Coming back to the basics, if the goal is to abstract the input more and more by each layer, it could be possible that a completely different input creates the same input values at one of the lower layers.
We call this an optical illusion. Are those two red lines straight?
If humans can be misguided, then a neural network is even easier to trick.
Bias, Cause, Effect
A huge problem is the bias of the network. As it is a mathematical sequence of operations chosen by the developer and trained with the data at hand, there is quite a high possibility to program an unintended bias into the result. Because the network is executed on a computer, it is assumed to be neutral, which is just not true even in the best of cases.
One specific type of bias is mixing up cause and effect. In a hospital, the probability of finding sick people is significantly higher than in the average population. Conclusion: Do not go into the hospital and you will be healthy. And stop getting older, too, as this increases illnesses as well.
All correct assumptions, but are they useful? Thinking further: Should we make life-and-death decisions based on such findings?
When to use machine learning
In summary, today’s AI models are good at finding patterns; although not as good as we humans in cases where the number of dimensions is low.
Profit per region can be visualized easily. Adding the time dimension is no problem either, maybe visualized as an animated heatmap of the country, the animation showing the development over time.
But adding more and more dimensions like product type, sales channel, customer size,… would be too much. We would split the problem into smaller ones and thus miss out on cross references, e.g. that a direct sales channel is important for profit for large customers, or that the price is the main driver for individuals’ decision to buy.
Machine learning models, however, can cope with many dimensions easily.
Types of AIs
The other point to keep in mind is that the machine learning model used in this example is one type out of many, and each has variations. Different formulas can be used to represent a neuron, e.g. a neuron with a memory of the previous values. This is required for tasks where the order of the input plays a significant role. In text data processing, for example, the phrases: “I can only do that” and “Only I can do that” do have a different meaning.
Coming back to biology, the brain is not a simple feed-forward network. The output of one neuron is connected to another and another and its output is again used as input for the first one. These kinds of loops create all sorts of issues we cannot deal with in the digital, discrete world whereas the analogue, massively parallel processing biological brain is very efficient.

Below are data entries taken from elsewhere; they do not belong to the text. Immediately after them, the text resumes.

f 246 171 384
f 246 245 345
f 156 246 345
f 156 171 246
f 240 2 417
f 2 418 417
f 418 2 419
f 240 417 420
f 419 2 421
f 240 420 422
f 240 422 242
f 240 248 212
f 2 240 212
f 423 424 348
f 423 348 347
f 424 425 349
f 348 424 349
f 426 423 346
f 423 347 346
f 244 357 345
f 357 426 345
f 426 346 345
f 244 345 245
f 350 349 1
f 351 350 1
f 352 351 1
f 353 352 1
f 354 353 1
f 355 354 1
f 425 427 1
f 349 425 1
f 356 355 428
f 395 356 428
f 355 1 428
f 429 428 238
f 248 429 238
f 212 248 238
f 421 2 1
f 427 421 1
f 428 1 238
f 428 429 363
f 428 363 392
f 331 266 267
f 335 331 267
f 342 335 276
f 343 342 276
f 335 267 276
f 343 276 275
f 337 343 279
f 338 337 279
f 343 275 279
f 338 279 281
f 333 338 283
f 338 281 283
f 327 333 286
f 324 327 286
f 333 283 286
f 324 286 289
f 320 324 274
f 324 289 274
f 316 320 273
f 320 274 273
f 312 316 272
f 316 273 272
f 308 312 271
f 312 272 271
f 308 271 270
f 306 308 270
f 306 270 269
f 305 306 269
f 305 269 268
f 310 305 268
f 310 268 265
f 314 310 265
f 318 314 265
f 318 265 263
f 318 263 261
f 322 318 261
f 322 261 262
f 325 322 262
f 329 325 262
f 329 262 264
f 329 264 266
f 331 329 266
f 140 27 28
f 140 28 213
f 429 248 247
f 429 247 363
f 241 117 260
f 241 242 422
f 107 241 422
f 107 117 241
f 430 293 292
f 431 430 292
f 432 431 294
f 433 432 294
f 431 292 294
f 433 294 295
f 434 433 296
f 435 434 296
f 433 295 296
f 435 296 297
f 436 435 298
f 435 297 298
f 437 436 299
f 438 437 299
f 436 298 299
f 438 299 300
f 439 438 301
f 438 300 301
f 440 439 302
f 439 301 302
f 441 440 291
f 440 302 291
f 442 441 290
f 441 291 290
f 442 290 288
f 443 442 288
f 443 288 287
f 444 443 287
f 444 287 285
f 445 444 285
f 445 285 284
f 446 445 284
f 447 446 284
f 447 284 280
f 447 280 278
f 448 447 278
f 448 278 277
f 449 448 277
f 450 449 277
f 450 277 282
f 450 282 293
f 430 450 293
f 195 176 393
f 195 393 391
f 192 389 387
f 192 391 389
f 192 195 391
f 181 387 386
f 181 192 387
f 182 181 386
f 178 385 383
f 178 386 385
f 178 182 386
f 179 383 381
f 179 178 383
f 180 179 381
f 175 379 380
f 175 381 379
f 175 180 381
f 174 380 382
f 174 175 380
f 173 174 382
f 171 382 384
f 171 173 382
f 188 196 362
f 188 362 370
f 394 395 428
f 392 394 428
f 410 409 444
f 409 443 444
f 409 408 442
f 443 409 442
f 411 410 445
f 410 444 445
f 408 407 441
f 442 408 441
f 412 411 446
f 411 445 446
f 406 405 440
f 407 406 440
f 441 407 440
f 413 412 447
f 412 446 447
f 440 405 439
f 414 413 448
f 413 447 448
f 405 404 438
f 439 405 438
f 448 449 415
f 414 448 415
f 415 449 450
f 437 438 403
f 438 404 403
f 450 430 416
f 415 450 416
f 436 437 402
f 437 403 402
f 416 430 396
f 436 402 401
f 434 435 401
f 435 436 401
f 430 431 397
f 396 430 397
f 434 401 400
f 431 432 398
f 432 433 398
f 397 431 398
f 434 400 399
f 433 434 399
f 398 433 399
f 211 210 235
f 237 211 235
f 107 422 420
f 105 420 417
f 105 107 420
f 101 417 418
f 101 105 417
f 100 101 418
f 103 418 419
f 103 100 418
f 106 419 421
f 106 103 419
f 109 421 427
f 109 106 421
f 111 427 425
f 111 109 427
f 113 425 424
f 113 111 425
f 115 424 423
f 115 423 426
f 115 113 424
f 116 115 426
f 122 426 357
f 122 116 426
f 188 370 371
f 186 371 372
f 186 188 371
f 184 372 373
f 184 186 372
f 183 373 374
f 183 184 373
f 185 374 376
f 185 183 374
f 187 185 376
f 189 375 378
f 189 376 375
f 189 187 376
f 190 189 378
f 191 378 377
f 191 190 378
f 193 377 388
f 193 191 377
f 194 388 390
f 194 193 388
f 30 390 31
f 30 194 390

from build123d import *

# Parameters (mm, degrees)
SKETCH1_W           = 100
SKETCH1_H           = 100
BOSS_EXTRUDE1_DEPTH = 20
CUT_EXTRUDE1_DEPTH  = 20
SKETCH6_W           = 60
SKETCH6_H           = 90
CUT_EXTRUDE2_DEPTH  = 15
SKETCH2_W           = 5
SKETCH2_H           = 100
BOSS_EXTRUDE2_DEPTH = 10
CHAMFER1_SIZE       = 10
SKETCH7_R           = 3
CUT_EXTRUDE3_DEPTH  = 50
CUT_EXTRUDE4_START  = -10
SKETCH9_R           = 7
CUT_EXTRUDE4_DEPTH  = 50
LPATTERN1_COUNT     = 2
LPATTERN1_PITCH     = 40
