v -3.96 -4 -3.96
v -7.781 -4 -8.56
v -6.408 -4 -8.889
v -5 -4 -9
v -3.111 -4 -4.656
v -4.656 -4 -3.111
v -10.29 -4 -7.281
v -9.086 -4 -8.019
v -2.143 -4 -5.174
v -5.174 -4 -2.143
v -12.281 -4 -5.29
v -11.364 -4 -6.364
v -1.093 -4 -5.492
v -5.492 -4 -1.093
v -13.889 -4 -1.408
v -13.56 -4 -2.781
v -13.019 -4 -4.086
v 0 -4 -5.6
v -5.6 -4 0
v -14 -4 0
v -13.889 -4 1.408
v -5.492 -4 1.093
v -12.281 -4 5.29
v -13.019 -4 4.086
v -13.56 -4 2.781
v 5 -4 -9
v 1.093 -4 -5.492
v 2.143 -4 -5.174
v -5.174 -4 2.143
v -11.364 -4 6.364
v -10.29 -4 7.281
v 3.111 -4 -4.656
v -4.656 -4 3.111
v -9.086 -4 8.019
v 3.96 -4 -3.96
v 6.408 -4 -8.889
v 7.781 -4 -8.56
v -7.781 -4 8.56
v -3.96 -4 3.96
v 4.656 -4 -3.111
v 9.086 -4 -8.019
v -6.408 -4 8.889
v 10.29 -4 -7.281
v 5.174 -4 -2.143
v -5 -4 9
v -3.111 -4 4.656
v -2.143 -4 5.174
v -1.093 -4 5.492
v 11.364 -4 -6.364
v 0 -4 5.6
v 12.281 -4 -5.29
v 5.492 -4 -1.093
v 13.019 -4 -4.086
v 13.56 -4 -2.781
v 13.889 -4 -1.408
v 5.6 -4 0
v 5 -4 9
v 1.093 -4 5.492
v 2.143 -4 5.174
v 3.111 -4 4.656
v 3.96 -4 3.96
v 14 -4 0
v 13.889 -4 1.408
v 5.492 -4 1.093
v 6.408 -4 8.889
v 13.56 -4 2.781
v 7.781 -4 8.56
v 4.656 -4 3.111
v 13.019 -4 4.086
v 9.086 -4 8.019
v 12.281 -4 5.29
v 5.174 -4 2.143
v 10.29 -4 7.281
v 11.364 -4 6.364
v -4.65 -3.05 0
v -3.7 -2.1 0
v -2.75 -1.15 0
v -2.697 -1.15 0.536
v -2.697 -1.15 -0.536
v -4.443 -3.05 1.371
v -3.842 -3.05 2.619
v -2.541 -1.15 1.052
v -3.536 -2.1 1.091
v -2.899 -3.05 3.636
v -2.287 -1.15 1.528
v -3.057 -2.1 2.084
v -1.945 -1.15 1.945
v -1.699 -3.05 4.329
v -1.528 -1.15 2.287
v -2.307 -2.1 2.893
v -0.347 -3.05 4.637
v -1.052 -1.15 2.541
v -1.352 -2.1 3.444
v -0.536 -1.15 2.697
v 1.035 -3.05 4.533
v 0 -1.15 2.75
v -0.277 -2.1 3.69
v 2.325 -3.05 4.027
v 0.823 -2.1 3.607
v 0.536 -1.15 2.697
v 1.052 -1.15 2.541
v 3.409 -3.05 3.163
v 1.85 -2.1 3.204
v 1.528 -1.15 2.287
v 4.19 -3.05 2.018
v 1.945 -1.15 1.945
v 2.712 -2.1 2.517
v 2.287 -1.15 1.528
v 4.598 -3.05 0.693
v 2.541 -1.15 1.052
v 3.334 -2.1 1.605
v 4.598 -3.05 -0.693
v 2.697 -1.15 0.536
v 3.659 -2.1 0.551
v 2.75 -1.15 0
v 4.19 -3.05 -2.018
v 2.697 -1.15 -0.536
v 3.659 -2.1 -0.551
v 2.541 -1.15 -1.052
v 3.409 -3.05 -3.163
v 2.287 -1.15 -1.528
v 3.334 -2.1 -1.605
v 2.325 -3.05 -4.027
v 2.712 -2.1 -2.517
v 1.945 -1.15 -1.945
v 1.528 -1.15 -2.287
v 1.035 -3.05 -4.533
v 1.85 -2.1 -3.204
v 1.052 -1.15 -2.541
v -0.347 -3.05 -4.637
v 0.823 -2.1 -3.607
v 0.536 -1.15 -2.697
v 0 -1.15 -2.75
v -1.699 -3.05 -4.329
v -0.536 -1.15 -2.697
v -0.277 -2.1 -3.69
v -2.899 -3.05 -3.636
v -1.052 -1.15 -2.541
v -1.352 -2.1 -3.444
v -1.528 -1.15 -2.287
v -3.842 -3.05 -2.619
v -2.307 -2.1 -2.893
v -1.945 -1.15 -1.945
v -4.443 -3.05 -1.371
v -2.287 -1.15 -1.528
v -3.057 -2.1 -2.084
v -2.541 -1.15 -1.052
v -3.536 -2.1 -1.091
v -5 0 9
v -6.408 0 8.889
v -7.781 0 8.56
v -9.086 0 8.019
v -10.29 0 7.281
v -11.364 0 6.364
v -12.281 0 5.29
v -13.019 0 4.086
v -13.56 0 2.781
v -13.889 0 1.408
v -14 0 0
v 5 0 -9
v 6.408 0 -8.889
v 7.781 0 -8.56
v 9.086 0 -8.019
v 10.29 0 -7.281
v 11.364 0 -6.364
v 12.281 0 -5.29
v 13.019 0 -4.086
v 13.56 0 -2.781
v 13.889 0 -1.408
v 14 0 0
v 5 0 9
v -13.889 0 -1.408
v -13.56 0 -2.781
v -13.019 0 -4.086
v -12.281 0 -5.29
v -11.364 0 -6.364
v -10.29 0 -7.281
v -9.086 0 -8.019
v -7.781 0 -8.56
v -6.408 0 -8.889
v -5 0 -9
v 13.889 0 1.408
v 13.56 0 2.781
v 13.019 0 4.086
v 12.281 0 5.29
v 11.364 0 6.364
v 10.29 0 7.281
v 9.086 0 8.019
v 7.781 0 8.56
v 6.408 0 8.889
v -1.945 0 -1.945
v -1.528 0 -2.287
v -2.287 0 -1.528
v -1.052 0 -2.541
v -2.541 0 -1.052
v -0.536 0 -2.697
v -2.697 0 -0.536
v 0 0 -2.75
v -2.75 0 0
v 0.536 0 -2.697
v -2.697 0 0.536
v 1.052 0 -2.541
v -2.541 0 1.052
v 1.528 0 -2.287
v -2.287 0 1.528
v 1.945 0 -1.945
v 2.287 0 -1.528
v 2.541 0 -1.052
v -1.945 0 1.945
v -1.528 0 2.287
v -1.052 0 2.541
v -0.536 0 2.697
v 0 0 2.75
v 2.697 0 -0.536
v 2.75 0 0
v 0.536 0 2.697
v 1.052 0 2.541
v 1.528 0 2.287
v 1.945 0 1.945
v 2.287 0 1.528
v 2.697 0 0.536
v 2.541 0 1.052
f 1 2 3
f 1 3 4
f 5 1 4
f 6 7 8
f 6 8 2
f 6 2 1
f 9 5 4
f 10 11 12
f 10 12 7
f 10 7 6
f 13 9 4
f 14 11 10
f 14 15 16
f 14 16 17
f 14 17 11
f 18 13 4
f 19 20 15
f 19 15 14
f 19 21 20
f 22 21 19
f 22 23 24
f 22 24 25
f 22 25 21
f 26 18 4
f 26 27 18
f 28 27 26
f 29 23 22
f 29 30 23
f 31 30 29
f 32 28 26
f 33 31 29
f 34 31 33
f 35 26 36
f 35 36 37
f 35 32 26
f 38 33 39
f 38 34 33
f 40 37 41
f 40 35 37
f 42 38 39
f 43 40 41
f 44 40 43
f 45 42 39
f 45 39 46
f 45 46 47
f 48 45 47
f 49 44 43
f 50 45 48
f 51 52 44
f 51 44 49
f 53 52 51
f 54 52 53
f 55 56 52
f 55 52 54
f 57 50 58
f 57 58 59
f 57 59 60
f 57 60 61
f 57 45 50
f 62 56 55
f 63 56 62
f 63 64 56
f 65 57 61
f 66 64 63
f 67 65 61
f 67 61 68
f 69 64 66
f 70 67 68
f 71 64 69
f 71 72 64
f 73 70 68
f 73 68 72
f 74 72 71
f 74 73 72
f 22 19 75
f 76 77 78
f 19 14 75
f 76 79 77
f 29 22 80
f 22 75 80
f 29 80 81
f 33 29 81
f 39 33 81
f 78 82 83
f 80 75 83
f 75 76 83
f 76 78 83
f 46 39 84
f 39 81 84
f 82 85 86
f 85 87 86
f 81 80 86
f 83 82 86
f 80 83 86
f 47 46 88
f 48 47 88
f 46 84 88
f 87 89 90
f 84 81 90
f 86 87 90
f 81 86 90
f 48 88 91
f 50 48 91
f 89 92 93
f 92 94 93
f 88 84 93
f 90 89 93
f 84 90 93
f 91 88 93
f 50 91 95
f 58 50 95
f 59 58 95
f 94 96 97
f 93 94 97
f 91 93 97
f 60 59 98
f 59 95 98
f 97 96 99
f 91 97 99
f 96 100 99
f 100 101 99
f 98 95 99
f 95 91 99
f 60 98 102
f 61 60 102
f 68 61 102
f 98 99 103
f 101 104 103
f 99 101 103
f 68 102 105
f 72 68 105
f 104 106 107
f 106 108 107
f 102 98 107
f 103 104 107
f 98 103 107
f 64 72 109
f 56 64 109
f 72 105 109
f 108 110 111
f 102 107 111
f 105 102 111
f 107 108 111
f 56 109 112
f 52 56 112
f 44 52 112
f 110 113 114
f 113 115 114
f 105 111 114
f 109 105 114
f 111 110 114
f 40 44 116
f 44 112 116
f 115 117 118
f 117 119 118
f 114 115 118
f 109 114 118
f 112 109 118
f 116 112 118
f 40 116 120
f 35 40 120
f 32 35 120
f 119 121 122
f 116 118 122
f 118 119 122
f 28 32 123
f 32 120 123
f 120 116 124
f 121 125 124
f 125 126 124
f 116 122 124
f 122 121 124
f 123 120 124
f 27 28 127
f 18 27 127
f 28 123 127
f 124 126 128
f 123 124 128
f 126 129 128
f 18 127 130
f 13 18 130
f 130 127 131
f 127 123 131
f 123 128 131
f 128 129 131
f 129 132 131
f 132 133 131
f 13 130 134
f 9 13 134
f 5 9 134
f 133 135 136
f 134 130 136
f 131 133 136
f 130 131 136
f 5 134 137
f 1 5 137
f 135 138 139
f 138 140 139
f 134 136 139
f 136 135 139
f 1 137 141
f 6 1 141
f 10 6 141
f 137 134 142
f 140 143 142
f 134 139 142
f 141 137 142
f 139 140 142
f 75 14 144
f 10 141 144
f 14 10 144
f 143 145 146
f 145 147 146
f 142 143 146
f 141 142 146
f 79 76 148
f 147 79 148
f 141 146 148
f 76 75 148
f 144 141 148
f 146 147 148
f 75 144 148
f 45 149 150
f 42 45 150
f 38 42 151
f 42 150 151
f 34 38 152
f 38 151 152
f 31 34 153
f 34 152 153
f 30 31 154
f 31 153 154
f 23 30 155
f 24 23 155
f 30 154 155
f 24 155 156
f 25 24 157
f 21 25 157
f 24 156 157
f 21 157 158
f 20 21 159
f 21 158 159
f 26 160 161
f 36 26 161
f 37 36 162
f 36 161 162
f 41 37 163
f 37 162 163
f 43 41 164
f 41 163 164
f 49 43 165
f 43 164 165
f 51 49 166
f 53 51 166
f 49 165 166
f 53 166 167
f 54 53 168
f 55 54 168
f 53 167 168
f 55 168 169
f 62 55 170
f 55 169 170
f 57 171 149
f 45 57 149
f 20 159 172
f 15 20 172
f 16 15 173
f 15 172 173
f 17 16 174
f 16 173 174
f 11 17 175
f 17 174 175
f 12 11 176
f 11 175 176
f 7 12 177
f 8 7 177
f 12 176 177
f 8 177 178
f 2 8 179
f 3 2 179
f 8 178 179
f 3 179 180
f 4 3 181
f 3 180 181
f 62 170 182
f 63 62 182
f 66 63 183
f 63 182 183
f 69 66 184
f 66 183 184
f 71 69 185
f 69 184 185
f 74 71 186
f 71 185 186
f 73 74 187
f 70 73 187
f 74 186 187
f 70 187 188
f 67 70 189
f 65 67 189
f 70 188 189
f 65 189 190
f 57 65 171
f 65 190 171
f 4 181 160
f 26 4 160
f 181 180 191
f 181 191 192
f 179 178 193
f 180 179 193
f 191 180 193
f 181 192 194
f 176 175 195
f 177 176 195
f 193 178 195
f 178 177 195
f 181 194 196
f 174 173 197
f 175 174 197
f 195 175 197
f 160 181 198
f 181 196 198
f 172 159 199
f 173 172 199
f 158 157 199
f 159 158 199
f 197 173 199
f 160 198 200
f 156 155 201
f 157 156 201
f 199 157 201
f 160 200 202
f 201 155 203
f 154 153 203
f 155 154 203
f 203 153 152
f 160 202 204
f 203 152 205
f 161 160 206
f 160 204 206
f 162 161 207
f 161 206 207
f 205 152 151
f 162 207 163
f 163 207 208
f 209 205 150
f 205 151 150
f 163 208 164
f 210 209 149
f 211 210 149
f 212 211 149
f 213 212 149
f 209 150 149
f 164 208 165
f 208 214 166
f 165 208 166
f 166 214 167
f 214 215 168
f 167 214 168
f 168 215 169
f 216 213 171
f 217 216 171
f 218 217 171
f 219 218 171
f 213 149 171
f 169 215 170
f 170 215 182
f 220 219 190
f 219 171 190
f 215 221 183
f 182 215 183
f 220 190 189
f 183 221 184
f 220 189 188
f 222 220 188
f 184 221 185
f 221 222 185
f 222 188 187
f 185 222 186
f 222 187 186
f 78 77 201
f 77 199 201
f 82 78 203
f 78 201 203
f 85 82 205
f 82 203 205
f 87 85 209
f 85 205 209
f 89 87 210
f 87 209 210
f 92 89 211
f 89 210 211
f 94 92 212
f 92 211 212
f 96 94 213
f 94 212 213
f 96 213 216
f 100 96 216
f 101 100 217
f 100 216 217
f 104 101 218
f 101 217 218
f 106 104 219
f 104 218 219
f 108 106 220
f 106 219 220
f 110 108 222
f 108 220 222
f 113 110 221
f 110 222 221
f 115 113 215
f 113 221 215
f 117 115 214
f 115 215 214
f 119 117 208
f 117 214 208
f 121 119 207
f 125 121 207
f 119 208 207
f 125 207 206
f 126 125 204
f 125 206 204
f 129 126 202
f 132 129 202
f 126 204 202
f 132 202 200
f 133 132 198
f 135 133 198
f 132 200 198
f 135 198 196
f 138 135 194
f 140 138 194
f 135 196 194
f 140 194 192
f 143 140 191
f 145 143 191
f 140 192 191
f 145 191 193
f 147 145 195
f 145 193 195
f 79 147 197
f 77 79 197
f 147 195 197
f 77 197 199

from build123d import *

# Parameters (mm, degrees)
F1_DEPTH       = 4
F3_D           = 5.5
F3_CSINK_D     = 11.2
F3_CSINK_ANGLE = 90


with BuildPart() as f1:
    # F0 (on Front) → F1 (new body)
    with BuildSketch(Plane.XZ):
        with BuildLine():
            ThreePointArc((-14, 0), (-11.3639610307, -6.3639610307), (-5, -9))
            Line((-5, -9), (5, -9))
            ThreePointArc((5, -9), (11.3639610307, -6.3639610307), (14, 0))
            ThreePointArc((14, 0), (11.3639610307, 6.3639610307), (5, 9))
            Line((5, 9), (-5, 9))
            ThreePointArc((-5, 9), (-11.3639610307, 6.3639610307), (-14, 0))
        make_face()
    extrude(amount=F1_DEPTH)

    # F3 (through all)
    with Locations(Plane.XZ.offset(4)):
        with Locations((0, 0)):
            CounterSinkHole(F3_D / 2, F3_CSINK_D / 2, counter_sink_angle=F3_CSINK_ANGLE)


solid = f1.part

We have learned a lot already and have multiple areas to explore. A specialized computer chip that is programmable but works analogue instead of digital would be an interesting option. Quantum computing might outpace even the human brain. But all of these are just optimizations. To solve a problem well, the machine learning model needs to understand the problem – and in that area, we are totally clueless.
To quote my favorite comedian Gunkl: “If knowledge is power, the most powerful people must be brilliant. Why does this conclusion collide with reality so often, then?”